We are apt to forget that when we do things for our brethren and sisters we are doing them to the Lord. Jesus could ask Saul the Pharisee on the Damascus road, “Saul, Saul, why persecutest thou me?” It was his brethren and sisters Saul was persecuting, but they were members of his body of which he was the head. As God himself says, “In all their affliction I was afflicted… “

Equally, as the parable goes on to point out, failure to do these things to the brethren and sisters of the Lord is a failure to do them to the Lord himself. As the Lord says, “Inasmuch as ye did it not to the least of these my brethren ye did it not to me”. They were amazed — they had not thought of it that way before. Service to our brethren is service to the Lord, and when we stand before him we shall receive rewards which will, doubtless, be equally surprising. “The righteous will go away into life eternal.” Paul says, “…  to those who by patience in well doing seek for glory, honour and immortality, God will render eternal life”.

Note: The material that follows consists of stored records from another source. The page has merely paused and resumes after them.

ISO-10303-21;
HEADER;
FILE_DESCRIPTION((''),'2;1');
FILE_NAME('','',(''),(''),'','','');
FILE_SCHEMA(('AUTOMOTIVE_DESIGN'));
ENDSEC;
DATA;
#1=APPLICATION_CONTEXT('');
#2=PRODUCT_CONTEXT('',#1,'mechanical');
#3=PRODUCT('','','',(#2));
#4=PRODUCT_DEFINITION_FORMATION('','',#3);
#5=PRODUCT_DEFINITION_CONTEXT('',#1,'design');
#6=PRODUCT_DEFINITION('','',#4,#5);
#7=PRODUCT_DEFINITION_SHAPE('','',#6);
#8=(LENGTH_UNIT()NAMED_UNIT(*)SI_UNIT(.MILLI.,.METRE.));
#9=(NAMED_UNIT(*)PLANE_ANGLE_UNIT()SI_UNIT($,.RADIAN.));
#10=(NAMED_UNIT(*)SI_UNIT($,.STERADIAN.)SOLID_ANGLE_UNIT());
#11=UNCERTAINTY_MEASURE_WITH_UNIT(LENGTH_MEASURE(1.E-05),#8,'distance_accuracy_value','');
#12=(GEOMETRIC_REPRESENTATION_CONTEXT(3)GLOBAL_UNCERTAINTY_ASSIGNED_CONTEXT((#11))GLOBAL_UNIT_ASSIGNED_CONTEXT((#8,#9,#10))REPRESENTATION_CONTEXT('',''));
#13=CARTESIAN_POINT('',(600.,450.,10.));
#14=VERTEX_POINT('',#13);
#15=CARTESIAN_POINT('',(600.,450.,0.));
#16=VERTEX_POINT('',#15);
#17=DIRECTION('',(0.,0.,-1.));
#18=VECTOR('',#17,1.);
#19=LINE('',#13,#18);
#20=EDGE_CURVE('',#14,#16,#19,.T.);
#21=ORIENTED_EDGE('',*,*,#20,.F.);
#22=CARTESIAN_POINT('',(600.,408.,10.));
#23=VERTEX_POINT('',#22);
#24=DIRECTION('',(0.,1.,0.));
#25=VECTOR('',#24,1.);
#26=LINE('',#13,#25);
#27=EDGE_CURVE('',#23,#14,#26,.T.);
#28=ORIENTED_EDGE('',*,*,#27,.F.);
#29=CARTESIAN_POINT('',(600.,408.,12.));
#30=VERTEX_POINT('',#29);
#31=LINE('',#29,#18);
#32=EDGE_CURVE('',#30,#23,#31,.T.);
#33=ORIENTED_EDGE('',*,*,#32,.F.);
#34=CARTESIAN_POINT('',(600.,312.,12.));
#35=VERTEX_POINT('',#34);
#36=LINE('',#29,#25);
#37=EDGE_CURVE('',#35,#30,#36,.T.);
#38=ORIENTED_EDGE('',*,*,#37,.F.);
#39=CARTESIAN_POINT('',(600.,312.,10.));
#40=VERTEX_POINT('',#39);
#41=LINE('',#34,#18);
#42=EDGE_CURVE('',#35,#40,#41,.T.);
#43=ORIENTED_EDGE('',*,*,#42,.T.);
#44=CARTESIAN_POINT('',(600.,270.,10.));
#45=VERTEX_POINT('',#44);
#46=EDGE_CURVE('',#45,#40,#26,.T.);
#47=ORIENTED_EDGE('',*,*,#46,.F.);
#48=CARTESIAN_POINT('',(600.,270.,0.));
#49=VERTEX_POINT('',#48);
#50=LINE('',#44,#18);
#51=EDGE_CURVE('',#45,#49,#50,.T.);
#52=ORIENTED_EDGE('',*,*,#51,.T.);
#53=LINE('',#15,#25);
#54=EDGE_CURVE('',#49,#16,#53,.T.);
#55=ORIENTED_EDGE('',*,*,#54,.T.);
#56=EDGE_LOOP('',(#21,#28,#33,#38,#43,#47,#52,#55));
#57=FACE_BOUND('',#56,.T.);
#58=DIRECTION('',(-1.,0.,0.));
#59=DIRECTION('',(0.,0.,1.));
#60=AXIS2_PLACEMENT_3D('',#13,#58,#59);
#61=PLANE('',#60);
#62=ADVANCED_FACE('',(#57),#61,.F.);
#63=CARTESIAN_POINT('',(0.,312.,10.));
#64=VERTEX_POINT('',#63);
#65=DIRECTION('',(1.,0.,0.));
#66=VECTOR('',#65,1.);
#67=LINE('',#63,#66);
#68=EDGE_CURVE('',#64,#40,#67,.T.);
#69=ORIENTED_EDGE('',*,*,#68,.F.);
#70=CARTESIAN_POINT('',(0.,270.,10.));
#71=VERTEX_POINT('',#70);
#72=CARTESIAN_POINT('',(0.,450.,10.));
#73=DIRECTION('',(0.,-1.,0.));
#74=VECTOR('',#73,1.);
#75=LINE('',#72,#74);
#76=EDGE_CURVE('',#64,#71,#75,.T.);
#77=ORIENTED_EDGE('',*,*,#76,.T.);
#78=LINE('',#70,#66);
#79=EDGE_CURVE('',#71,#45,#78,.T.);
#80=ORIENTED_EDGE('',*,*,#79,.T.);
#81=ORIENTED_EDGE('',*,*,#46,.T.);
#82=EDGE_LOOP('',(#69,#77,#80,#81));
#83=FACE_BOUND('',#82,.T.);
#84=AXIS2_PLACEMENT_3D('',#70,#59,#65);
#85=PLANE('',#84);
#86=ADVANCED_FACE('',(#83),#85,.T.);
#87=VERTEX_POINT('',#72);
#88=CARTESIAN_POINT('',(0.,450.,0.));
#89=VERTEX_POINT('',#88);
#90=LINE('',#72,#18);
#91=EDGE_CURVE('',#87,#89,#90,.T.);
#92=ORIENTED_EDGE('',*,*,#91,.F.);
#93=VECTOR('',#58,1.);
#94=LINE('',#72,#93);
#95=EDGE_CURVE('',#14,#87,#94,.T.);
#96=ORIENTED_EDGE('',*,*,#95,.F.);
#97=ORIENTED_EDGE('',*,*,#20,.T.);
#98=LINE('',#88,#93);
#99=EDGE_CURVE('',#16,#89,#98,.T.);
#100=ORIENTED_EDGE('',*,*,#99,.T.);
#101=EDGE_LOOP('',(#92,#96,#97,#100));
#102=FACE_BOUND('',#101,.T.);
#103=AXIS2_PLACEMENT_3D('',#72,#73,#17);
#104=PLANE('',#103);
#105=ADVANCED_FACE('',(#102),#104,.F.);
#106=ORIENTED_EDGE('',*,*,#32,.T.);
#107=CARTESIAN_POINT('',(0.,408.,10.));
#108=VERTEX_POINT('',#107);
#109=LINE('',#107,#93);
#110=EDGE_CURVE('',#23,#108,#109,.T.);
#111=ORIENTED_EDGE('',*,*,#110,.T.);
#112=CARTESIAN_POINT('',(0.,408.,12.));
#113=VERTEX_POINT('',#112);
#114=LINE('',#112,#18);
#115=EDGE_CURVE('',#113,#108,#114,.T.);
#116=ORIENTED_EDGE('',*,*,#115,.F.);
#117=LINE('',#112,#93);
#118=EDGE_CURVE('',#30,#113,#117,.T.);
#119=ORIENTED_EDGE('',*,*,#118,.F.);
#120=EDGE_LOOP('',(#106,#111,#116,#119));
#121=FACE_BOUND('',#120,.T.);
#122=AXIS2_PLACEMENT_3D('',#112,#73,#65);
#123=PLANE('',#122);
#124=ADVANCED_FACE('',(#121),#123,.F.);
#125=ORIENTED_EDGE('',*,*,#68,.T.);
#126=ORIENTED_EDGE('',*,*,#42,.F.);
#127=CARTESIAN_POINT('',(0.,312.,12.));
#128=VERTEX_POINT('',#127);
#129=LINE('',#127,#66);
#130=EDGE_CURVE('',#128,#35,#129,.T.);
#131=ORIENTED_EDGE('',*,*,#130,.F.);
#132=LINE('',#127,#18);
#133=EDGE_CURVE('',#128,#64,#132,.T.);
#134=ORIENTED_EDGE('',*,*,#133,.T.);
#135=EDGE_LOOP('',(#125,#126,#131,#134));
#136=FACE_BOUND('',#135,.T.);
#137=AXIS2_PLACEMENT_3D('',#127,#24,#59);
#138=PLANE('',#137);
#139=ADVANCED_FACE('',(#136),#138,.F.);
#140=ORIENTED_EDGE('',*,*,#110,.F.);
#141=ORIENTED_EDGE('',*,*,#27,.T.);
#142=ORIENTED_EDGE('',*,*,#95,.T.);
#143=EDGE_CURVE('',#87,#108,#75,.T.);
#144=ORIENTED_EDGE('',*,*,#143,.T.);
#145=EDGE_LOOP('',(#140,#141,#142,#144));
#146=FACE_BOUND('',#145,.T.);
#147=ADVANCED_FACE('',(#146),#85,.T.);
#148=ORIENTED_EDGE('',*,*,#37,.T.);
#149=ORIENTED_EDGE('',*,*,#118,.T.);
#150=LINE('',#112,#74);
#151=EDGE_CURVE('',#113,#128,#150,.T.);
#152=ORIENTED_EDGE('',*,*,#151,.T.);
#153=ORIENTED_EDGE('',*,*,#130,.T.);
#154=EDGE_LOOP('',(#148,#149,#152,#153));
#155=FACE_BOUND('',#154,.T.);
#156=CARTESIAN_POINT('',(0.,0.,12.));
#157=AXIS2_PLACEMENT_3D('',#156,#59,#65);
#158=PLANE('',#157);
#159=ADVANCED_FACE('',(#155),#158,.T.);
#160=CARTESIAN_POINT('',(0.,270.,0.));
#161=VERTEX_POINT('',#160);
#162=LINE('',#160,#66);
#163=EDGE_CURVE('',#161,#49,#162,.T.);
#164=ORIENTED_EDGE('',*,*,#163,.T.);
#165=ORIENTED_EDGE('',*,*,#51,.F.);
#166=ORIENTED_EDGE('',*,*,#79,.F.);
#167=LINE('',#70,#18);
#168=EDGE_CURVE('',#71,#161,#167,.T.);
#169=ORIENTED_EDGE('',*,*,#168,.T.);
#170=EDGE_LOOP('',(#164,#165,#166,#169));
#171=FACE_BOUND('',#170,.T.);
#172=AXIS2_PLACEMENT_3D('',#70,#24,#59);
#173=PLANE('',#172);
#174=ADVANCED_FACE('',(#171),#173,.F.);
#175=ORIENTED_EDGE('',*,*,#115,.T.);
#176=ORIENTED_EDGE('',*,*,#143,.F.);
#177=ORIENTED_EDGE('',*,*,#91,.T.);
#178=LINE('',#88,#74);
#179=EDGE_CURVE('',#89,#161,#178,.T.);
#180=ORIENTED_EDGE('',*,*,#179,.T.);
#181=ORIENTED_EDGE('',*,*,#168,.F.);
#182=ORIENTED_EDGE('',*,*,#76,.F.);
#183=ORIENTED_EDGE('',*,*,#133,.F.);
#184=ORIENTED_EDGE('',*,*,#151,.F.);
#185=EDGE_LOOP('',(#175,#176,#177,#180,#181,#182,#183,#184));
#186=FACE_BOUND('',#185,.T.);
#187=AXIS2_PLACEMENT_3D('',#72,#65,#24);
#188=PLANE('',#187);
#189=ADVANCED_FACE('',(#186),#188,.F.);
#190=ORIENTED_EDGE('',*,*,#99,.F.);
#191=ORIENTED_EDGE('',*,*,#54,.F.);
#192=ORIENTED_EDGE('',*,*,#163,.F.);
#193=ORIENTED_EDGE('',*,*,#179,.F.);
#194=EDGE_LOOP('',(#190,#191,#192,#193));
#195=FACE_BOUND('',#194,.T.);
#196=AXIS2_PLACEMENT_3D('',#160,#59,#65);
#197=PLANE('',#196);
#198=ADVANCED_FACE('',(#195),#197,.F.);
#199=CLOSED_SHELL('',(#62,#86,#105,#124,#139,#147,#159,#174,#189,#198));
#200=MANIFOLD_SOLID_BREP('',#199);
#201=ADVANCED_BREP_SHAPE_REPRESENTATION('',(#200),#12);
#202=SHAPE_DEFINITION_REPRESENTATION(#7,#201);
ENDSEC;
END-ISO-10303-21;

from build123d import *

# Parameters (mm, degrees)
SZKIC1_W                    = 600
SZKIC1_H                    = 180
DODANIE_WYCI_GNI_CIE1_DEPTH = 10
SZKIC2_W                    = 600
SZKIC2_H                    = 96
DODANIE_WYCI_GNI_CIE2_DEPTH = 2


with BuildPart() as part:
    # Szkic1 → Dodanie-wyciągnięcie1 (new body)
    with BuildSketch(Plane.XY):
        with Locations((300, 360)):
            Rectangle(SZKIC1_W, SZKIC1_H)
    extrude(amount=DODANIE_WYCI_GNI_CIE1_DEPTH)

    # Szkic2 → Dodanie-wyciągnięcie2 (add)
    with BuildSketch(Plane.XY.offset(10)):
        with Locations((300, 360)):
            Rectangle(SZKIC2_W, SZKIC2_H)
    extrude(amount=DODANIE_WYCI_GNI_CIE2_DEPTH)


solid = part.part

We note the ‘patience in well doing’, then the ‘seeking for’, for glory, honour and immortality, which items are evidently what compose ‘eternal life’. God is not slack concerning his promises; and it is beyond our imagination to conceive what the time will be like when beauty replaces ashes, the oil of joy for mourning and the garment of praise for the spirit of heaviness.

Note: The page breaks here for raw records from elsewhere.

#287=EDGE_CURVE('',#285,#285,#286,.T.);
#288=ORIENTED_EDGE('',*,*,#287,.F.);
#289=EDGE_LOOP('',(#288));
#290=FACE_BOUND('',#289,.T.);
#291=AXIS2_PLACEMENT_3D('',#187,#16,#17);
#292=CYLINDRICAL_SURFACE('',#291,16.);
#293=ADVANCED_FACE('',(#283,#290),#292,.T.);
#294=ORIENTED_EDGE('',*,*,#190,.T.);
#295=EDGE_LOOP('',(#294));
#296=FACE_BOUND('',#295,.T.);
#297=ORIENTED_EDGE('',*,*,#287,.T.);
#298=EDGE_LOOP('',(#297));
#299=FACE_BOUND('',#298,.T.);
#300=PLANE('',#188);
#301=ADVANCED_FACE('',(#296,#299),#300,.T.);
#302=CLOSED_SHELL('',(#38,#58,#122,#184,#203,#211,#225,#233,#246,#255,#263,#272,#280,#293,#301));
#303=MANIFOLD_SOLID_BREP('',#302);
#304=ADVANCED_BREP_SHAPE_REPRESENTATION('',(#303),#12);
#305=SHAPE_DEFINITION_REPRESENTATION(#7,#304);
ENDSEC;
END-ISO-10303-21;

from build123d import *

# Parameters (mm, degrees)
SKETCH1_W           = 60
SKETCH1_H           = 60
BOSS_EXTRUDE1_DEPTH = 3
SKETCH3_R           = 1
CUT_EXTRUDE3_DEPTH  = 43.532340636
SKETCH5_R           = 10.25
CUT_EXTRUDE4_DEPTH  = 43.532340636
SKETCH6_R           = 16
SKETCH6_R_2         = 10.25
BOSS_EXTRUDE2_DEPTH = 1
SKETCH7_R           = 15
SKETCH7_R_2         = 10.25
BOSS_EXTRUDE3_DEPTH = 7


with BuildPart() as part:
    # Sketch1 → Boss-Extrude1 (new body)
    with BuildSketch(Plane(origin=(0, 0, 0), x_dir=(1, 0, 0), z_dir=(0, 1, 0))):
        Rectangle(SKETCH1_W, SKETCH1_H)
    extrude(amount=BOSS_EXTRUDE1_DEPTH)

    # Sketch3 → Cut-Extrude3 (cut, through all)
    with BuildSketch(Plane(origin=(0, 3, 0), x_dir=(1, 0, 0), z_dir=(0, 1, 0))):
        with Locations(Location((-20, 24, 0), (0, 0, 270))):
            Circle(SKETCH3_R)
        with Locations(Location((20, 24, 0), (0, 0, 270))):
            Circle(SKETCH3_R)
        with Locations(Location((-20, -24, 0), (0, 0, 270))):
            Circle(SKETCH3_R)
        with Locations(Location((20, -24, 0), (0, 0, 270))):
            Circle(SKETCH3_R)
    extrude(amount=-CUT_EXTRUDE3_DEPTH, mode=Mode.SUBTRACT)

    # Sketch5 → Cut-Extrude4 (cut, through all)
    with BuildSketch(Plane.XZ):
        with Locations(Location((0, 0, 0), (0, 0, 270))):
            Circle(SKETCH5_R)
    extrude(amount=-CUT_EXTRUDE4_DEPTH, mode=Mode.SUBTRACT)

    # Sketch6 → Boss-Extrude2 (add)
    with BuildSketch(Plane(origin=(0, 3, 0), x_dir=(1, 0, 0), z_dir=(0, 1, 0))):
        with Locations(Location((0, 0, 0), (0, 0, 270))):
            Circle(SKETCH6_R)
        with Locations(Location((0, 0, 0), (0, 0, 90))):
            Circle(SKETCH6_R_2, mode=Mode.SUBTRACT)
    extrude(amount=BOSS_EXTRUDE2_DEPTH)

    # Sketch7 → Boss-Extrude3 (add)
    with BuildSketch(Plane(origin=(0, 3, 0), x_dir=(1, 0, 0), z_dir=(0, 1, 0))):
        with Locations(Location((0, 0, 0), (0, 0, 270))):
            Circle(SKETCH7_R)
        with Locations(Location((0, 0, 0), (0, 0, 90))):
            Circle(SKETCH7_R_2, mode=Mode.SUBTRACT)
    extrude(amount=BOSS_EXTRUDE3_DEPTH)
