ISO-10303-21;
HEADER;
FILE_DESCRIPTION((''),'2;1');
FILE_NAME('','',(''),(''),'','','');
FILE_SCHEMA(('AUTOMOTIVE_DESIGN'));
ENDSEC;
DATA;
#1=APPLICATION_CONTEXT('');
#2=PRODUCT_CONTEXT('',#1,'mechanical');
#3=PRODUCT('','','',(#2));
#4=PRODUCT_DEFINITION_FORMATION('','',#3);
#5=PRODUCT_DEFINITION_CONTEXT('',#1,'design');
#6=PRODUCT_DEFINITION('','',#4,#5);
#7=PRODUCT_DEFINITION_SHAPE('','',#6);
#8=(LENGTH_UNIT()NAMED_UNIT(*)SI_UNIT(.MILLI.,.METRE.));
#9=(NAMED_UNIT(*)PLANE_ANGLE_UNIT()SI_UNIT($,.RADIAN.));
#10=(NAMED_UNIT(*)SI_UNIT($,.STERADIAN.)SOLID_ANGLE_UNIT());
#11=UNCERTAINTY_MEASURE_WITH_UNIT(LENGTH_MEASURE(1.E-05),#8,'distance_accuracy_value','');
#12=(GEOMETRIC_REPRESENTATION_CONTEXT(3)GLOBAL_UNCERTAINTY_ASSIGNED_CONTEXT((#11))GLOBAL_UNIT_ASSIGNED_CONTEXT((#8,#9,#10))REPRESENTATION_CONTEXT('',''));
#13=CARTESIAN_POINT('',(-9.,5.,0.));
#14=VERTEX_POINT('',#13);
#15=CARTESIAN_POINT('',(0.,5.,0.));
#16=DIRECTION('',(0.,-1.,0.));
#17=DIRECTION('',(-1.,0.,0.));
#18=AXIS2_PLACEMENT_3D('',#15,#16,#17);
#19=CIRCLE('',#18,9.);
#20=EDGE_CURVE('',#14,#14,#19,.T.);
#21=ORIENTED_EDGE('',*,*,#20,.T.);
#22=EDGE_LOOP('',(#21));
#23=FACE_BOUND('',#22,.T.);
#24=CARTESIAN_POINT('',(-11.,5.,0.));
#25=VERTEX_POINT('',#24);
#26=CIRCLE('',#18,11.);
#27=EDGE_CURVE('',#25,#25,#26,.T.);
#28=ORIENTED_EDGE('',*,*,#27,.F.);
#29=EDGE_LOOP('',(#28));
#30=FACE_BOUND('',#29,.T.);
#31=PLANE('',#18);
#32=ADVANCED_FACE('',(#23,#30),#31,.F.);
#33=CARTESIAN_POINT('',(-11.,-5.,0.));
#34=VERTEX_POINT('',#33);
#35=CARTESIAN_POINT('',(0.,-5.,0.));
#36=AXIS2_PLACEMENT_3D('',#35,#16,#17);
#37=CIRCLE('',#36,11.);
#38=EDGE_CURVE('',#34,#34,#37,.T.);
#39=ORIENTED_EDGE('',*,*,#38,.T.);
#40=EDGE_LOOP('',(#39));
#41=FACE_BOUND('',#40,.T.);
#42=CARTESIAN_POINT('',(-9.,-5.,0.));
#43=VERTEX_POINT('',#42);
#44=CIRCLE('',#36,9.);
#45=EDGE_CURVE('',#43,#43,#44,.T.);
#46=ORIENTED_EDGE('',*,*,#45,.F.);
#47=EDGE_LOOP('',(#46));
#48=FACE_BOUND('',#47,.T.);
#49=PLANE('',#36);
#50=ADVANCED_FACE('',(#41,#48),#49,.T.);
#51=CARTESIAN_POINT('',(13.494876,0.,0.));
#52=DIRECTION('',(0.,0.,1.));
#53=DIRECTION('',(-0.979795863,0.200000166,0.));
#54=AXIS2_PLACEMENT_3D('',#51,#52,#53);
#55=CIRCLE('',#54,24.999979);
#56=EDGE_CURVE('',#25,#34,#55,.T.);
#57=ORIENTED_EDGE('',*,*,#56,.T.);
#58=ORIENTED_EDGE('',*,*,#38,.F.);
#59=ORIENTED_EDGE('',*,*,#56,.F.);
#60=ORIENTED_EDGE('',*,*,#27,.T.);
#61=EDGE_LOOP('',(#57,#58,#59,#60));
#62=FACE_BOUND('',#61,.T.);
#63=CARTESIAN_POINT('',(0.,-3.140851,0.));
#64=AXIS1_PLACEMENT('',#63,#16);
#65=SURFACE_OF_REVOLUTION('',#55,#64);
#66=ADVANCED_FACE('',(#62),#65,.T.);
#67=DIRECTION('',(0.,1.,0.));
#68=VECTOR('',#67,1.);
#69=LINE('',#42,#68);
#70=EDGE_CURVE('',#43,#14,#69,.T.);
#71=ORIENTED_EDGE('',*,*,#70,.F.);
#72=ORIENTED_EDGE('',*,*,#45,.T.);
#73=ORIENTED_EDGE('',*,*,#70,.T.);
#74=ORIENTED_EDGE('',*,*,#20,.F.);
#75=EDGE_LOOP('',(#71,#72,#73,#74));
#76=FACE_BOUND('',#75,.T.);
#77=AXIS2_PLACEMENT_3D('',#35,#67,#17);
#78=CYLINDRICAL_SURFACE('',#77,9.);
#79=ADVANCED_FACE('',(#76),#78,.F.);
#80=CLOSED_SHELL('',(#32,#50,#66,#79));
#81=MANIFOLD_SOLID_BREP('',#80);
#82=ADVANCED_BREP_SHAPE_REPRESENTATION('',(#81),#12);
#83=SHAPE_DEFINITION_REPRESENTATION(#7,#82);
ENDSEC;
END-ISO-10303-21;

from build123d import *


with BuildPart() as f1:
    # F0 (on Top) → F1 (revolve)
    with BuildSketch(Plane.XY):
        with BuildLine():
            Line((-9, -5), (-9, 5))
            Line((-9, 5), (-11, 5))
            ThreePointArc((-11, 5), (-11.505103, 0), (-11, -5))
            Line((-11, -5), (-9, -5))
        make_face()
    revolve(axis=Axis((0, -3.140851, 0), (0, -1, 0)))


solid = f1.part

But what of the rejected? They will go away `into eternal punishment’. It will be a life sentence. Just as the life for faithfulness will last forever, so will the punishment also last forever. As Jude says of some “suffering the vengeance of eternal fire”. The fire went out long ago, but its results remain. And so with the rejected. The Lord’s decree will be absolute, and their lot will be absolute oblivion —just as though they had not been. No second chance or anything of that nature. They will sink into a death which will be permanent —yes, eternal!

For the approved, Jesus said, “Inherit the Kingdom prepared for you from the foundation of the world”. God, by his foreknowledge, knows who will be faithful and who will not. As Paul says in Ephesians 1:4, ” God has chosen us in him before the foundation of the world… ” The redeemed will have the pleasure and privilege of helping the Lord Jesus in the administration of the re-established Kingdom of God — “Kings and priests” is the expression used, “and we shall reign on the earth”.

There will be a tremendous work to be done. A cruel, brutal, depraved and godless world is to be taught the ways and requirements of God.

Righteousness has to prevail and all the wonderful Old Testament prophecies will then be realised — peace achieved, warfare abolished, famine gone, pollution solved, disease under control, oppression cured, and (mortal) life greatly extended. One religion will be established over all the earth. All this is embodied in the promise “Inherit the Kingdom prepared from the foundation of the world”.

What will be abolished in that Kingdom is epitomised in the fate of the wicked — “Eternal fire, prepared for the devil and his angels”. Sin will be greatly diminished during the millennium, and then, at the end, sin, disease, mortality, even death itself, will be utterly destroyed, and such is symbolised by the Lake of Fire, and sin etc. is symbolised by “The devil and his angels”.

This parable of the Sheep and the Goats was the last one Jesus gave, and was a most fitting conclusion. Events began to crowd upon him, and within a very short space of time he also brought to a marvellous conclusion his parables of the Shepherd and his Sheep when he had foretold “The good shepherd layeth down his life for his sheep” being the exhibition of “greater love hath no man than laying down his life for his friends”.

Knowing all his sheep by name, even though many sleep in the dust of the earth, he will call, and they will answer like Lazarus of old, when Jesus called, “Lazarus, come forth” and he came forth. But when Jesus calls in the future it will not be to a renewal of mortal life, but rather, if approved, to participation in “that life that knows no ending”.